"Kalian sudah siap?"
Dwarf, ia telah menyusun rencana untuk pelarian kami menuju kerajaan Eirene, dan tentunya untuk melewati Flegethon. Semua tidak semudah yang dibayangkan, semua sudah tersusun rapih pada selembar kertas dengan tinta tebal. Ternyata Dwarf semalaman tidak tidur, setelah mengobrol denganku ia langsung membuat rencana, rencana perjalanan hingga perlawanan terhadap Styx.

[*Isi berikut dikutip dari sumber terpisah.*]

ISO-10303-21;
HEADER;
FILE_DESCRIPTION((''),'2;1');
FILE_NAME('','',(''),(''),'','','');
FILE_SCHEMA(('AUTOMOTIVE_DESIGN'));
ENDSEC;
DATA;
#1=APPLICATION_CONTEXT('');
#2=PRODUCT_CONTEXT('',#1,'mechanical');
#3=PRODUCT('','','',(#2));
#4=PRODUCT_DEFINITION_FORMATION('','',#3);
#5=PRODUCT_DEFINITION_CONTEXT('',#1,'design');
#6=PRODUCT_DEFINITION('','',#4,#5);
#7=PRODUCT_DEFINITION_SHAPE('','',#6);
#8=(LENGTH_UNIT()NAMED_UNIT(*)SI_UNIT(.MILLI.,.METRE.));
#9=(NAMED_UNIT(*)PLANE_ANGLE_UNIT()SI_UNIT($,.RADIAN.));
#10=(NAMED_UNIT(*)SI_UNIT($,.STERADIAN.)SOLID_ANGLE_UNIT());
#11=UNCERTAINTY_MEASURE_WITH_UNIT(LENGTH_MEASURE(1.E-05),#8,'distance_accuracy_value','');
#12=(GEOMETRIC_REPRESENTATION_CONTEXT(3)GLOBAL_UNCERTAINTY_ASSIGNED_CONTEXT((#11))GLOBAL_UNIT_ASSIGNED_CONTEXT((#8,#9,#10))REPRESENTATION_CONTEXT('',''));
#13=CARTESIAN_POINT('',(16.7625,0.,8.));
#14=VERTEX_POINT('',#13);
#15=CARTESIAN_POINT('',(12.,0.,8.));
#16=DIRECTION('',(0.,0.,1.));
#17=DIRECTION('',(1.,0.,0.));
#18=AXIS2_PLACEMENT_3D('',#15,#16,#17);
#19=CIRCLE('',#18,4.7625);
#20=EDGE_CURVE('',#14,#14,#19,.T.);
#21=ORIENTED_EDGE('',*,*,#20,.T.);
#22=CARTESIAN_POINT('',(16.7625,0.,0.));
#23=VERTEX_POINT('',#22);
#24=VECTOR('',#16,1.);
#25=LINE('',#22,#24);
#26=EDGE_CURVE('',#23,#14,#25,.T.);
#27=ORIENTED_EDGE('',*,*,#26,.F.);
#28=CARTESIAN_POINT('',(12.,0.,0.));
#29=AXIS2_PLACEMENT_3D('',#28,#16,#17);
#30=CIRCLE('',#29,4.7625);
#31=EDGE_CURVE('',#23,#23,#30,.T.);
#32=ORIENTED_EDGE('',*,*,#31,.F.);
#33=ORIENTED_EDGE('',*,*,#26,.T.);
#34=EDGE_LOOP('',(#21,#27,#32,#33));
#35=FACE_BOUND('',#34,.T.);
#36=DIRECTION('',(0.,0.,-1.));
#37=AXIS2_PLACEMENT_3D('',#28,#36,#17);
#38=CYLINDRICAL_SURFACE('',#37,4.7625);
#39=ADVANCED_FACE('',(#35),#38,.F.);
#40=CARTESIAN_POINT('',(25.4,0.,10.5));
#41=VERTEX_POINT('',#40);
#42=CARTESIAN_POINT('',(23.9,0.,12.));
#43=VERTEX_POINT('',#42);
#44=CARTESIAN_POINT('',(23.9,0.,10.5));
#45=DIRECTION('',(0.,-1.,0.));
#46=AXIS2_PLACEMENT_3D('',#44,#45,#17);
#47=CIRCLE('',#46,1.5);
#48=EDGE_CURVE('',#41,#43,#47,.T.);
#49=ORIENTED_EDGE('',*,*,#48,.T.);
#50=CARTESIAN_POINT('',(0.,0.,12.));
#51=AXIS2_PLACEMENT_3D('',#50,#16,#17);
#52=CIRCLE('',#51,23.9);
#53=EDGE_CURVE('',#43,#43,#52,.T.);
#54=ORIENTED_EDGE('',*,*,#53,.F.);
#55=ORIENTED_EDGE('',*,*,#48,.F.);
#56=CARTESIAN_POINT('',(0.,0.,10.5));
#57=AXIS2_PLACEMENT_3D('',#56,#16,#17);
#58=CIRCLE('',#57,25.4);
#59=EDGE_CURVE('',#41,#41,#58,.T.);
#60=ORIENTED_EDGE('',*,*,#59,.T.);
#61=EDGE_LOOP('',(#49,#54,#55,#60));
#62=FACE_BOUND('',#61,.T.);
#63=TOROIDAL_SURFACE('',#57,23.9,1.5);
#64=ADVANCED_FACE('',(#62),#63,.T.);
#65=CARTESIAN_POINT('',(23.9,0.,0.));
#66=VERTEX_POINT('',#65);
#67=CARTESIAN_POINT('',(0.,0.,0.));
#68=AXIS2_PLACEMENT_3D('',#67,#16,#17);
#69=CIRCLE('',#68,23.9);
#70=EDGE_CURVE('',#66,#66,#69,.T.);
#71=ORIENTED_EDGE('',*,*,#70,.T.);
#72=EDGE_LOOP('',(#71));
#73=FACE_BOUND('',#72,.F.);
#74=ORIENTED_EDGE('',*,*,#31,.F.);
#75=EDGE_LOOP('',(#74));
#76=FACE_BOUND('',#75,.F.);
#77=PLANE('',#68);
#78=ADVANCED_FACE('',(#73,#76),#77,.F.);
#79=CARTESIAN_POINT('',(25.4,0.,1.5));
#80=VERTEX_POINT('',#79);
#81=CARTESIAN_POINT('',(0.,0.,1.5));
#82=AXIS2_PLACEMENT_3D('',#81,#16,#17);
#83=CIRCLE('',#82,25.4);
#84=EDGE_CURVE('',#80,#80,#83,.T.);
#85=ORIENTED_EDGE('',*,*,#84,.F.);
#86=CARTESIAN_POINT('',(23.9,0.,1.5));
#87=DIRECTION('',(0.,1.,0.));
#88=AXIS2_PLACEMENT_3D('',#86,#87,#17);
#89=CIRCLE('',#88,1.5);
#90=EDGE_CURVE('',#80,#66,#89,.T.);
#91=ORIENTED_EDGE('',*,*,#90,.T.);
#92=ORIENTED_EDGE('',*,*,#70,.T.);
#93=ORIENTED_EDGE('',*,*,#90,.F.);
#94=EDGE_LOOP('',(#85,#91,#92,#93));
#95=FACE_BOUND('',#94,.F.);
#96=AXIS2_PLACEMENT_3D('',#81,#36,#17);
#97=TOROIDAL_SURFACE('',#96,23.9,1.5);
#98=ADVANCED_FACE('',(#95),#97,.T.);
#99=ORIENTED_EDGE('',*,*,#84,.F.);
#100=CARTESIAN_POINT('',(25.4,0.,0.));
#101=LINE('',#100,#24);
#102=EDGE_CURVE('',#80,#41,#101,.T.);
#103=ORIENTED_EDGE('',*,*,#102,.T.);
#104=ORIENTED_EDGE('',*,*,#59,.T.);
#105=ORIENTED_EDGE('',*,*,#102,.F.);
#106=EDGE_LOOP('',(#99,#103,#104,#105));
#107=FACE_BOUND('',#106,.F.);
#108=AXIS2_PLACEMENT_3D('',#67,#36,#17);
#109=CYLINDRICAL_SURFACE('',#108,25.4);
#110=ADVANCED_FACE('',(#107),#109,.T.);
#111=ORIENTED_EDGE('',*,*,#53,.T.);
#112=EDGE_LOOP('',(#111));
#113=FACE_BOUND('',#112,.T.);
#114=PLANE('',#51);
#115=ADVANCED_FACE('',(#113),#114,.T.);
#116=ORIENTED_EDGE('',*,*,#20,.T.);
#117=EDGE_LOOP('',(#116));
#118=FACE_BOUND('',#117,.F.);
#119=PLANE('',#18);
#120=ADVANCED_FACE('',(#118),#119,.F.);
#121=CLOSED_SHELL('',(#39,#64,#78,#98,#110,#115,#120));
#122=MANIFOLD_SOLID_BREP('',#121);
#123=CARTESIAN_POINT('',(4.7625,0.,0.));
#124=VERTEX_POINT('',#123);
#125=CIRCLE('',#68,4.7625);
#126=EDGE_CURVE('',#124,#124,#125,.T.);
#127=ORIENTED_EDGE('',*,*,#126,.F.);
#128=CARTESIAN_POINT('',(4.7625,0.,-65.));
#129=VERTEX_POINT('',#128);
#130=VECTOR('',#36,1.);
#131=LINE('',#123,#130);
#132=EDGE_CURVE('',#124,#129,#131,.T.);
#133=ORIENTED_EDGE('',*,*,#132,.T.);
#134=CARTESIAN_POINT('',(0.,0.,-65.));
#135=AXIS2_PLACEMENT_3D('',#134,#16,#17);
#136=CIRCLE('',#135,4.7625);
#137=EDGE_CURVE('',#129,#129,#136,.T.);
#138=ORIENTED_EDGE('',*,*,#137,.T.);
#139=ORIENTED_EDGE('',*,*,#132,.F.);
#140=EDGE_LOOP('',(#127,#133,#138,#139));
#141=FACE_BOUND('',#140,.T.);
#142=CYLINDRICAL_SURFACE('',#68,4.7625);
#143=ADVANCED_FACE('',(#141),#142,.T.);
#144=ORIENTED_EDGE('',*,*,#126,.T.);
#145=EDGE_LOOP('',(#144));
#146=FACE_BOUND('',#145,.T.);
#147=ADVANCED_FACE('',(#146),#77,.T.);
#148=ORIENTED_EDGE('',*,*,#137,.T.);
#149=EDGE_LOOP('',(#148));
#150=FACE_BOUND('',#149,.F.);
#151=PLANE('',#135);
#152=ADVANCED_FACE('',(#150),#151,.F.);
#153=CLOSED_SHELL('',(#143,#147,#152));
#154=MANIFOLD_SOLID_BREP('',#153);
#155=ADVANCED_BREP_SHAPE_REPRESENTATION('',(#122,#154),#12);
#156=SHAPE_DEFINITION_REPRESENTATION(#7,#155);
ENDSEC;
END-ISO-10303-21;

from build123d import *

# Parameters (mm, degrees)
F0_R     = 25.4
F1_DEPTH = 12
F2_R     = 1.5
F3_R     = 4.7625
F4_DEPTH = 8
F5_R     = 4.7625
F6_DEPTH = 65


with BuildPart() as f1:
    # F0 (on Top) → F1 (new body)
    with BuildSketch(Plane.XY):
        Circle(F0_R)
    extrude(amount=F1_DEPTH)

    # F2
    f2_edges = [f1.edges().sort_by_distance(p)[0] for p in [
        (-25.4, 0, 12),
        (-25.4, 0, 0),
    ]]
    fillet(f2_edges, radius=F2_R)

    # F3 (on Top) → F4 (cut)
    with BuildSketch(Plane.XY):
        with Locations((12, 0)):
            Circle(F3_R)
    extrude(amount=F4_DEPTH, mode=Mode.SUBTRACT)


with BuildPart() as f6:
    # F5 (on Top) → F6 (new body)
    with BuildSketch(Plane.XY):
        Circle(F5_R)
    extrude(amount=-F6_DEPTH)


solid = Compound([f1.part, f6.part])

Tiny telah mempersiapkanku perbekalan berupa air mineral, beberapa kacang-kacangan yang dibungkus dengan daun yang cukup lebar, tali tambang dan beberapa bamboo kecil. Ini terlalu banyak untuk dikatakan perbekalan bahkan lebih tepat disebut perlengkapan tempur daripada kata perbekalan itu sendiri. Scrubby memberikan perlengkapan perang layaknya militer kepada Kipp, memberikan pakaian bersih untuk kami, memberikan plat baja sebagai pelindung yang dipakaikan langsung pada tubuh Kipp dan juga duabuah bamboo kecil runcing yang diselipkan diantara pedangnya. Tak kusangka mereka mempersiapkan ini dengan sangat matang.Hampir saja airmataku menetes, aku bahagia sekali mereka sangat memperhatikanku. Tanpa mengucapkan sepatah katapun aku langsung memeluk mereka berenam yang sedang berjajar mengurusi Kipp. Mereka tersentak mengetahuiku memeluk mereka semua, kurasa tanganku cukup besar untuk bisa merangkul mereka semua. Dwarf yang berdiri disamping Kipp menatapku bingung, kali ini kutatap balik dirinya, kami berdua berkomunikasi melalui mata, sangat emosional.
"Terimakasih, kalian sudah membantuku," ucapku megeratkan pelukanku pada mereka.
"Oh Morie. . ."
Kali ini Pygmy dan Pigmy membalas pelukanku, kemudian Stunted dan dikuti oleh Tiny. Scrubby terlihat ragu tetapi ia segera membalas pelukanku. Pgymean, aku tahu gengsinya sangat besar terutama untuk memeluk seorang gadis sepertiku, walau ia tidak memelukku tetapi aku tahu kalau ia orang yang sangat baik dan bersahabat, hanya saja ia terlalu naif dan menutupi segala perasaan yang ia miliki, ia tidak pernah mau berbagi mengenai perasaannya bahkan bila luka yang sangat berat sekalipun ia tetap berusaha tegar. Aku memang bukan peramal tetapi hatiku tahu, hatiku mengenal mereka semua lebih dari ragaku.
Satu persatu dari mereka melepaskan tangan mereka dari tubuhku, aku melihat Pygmy dan Pigmy berderai airmata, bukan hanya tertawa dan bertengkar tetapi ketika mereka menangis mereka tetap membuat suasana gaduh. Aku hanya bisa tertawa kecil melihatnya lalu kuhapus airmata itu yang jatuh dikedua pipi mereka."Tidak apa-apa. Semoga kita bisa bertemu lagi ya." semoga ucapanku kali ini bisa membuat mereka lebih tenang.
"Mengapa begitu cepat?" Pygmy berbicara sembari menahan airmatanya yang akan tumpah lagi.
"Terlalu cepat, kami belum melakukan banyak hal bersama," tambah Pigmy.
"Aku pasti akan kembali."
"Janji?" mereka berteriak bersamaan, aku tidak mungkin merusak keceriaan mereka saat mengatakan hal itu.
"Aku janji," ucapku riang.
Aku tahu aku tidak bisa berjanji tentang hal yang tidak pasti seperti ini, akupun tidak yakin aku mampu menepati janjiku saat ini tetapi yang kutahu aku harus membahagiakan mereka saat ini, meski dengan cara berbohong.
Kipp hanya tersenyum melihat semua yang terjadi, begitu pula dengan Dwarf. Ia pasti tahu aku sedang mengatakan hal yang mustahil. Keenam manusia bertubuh mungil itu mengiringiku keluar, mereka tahu waktuku untuk bersantai tidak banyak dan perjalanan yang sangat panjang akan kulalui."Terimakasih kalian sudah menolong kami," Kipp menghancurkan suasana yang pilu ini.
"Jagalah Morie!" Kipp mengangguk keras pada Dwarf. Dwarf berkata seakan aku ini puteri sematawayangnya, aku merasa ia sangat kebapakan dan itu membuatku teringat pada ayahku.